EXERCISE GOAL: Reproduce the listing below precisely, leaving every line intact.

PROVIDED DATA:
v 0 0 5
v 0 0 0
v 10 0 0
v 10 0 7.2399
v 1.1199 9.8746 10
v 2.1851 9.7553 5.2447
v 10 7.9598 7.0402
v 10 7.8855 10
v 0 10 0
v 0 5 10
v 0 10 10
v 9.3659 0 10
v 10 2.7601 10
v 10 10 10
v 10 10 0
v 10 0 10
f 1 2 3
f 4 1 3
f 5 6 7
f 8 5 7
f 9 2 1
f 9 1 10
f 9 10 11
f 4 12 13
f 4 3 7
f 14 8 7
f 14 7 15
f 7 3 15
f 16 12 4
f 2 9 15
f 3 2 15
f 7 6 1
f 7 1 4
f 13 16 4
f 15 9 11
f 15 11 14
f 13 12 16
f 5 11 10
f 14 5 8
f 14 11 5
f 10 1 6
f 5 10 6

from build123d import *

# Parameters (mm, degrees)
BOX001_W               = 10
BOX001_H               = 10
BOX001_DEPTH           = 10
BOX001_ROLL_ANGLE      = 1.436999
BOX001_PITCH_ANGLE     = -12.621416
BOX001_PLACEMENT_ANGLE = -12.939318
BOX_W                  = 10
BOX_H                  = 10
BOX_DEPTH              = 10


with BuildPart() as cube001:
    # Box001 → Box001 (new body)
    with BuildSketch(Plane.XY):
        with Locations((5, 5)):
            Rectangle(BOX001_W, BOX001_H)
    extrude(amount=BOX001_DEPTH)


with BuildPart() as cube001_1:
    # Box001 roll: moved
    add(cube001.part.rotate(Axis((0, 0, 0), (1, 0, 0)), BOX001_ROLL_ANGLE))


with BuildPart() as cube001_2:
    # Box001 pitch: moved
    add(cube001_1.part.rotate(Axis((0, 0, 0), (0, 1, 0)), BOX001_PITCH_ANGLE))


with BuildPart() as cube001_3:
    # Box001 placement: moved
    add(cube001_2.part.moved(Location((0, 0, 5))).rotate(Axis((0, 0, 5), (0, 0, 1)), BOX001_PLACEMENT_ANGLE))


with BuildPart() as cut:
    # Box → Box (new body)
    with BuildSketch(Plane.XY):
        with Locations((5, 5)):
            Rectangle(BOX_W, BOX_H)
    extrude(amount=BOX_DEPTH)

    # Cut: cut Cube001
    add(cube001_3.part, mode=Mode.SUBTRACT)


solid = cut.part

ANSWER SECTION:
v 0 0 5
v 0 0 0
v 10 0 0
v 10 0 7.2399
v 1.1199 9.8746 10
v 2.1851 9.7553 5.2447
v 10 7.9598 7.0402
v 10 7.8855 10
v 0 10 0
v 0 5 10
v 0 10 10
v 9.3659 0 10
v 10 2.7601 10
v 10 10 10
v 10 10 0
v 10 0 10
f 1 2 3
f 4 1 3
f 5 6 7
f 8 5 7
f 9 2 1
f 9 1 10
f 9 10 11
f 4 12 13
f 4 3 7
f 14 8 7
f 14 7 15
f 7 3 15
f 16 12 4
f 2 9 15
f 3 2 15
f 7 6 1
f 7 1 4
f 13 16 4
f 15 9 11
f 15 11 14
f 13 12 16
f 5 11 10
f 14 5 8
f 14 11 5
f 10 1 6
f 5 10 6

from build123d import *

# Parameters (mm, degrees)
BOX001_W               = 10
BOX001_H               = 10
BOX001_DEPTH           = 10
BOX001_ROLL_ANGLE      = 1.436999
BOX001_PITCH_ANGLE     = -12.621416
BOX001_PLACEMENT_ANGLE = -12.939318
BOX_W                  = 10
BOX_H                  = 10
BOX_DEPTH              = 10


with BuildPart() as cube001:
    # Box001 → Box001 (new body)
    with BuildSketch(Plane.XY):
        with Locations((5, 5)):
            Rectangle(BOX001_W, BOX001_H)
    extrude(amount=BOX001_DEPTH)


with BuildPart() as cube001_1:
    # Box001 roll: moved
    add(cube001.part.rotate(Axis((0, 0, 0), (1, 0, 0)), BOX001_ROLL_ANGLE))


with BuildPart() as cube001_2:
    # Box001 pitch: moved
    add(cube001_1.part.rotate(Axis((0, 0, 0), (0, 1, 0)), BOX001_PITCH_ANGLE))


with BuildPart() as cube001_3:
    # Box001 placement: moved
    add(cube001_2.part.moved(Location((0, 0, 5))).rotate(Axis((0, 0, 5), (0, 0, 1)), BOX001_PLACEMENT_ANGLE))


with BuildPart() as cut:
    # Box → Box (new body)
    with BuildSketch(Plane.XY):
        with Locations((5, 5)):
            Rectangle(BOX_W, BOX_H)
    extrude(amount=BOX_DEPTH)

    # Cut: cut Cube001
    add(cube001_3.part, mode=Mode.SUBTRACT)


solid = cut.part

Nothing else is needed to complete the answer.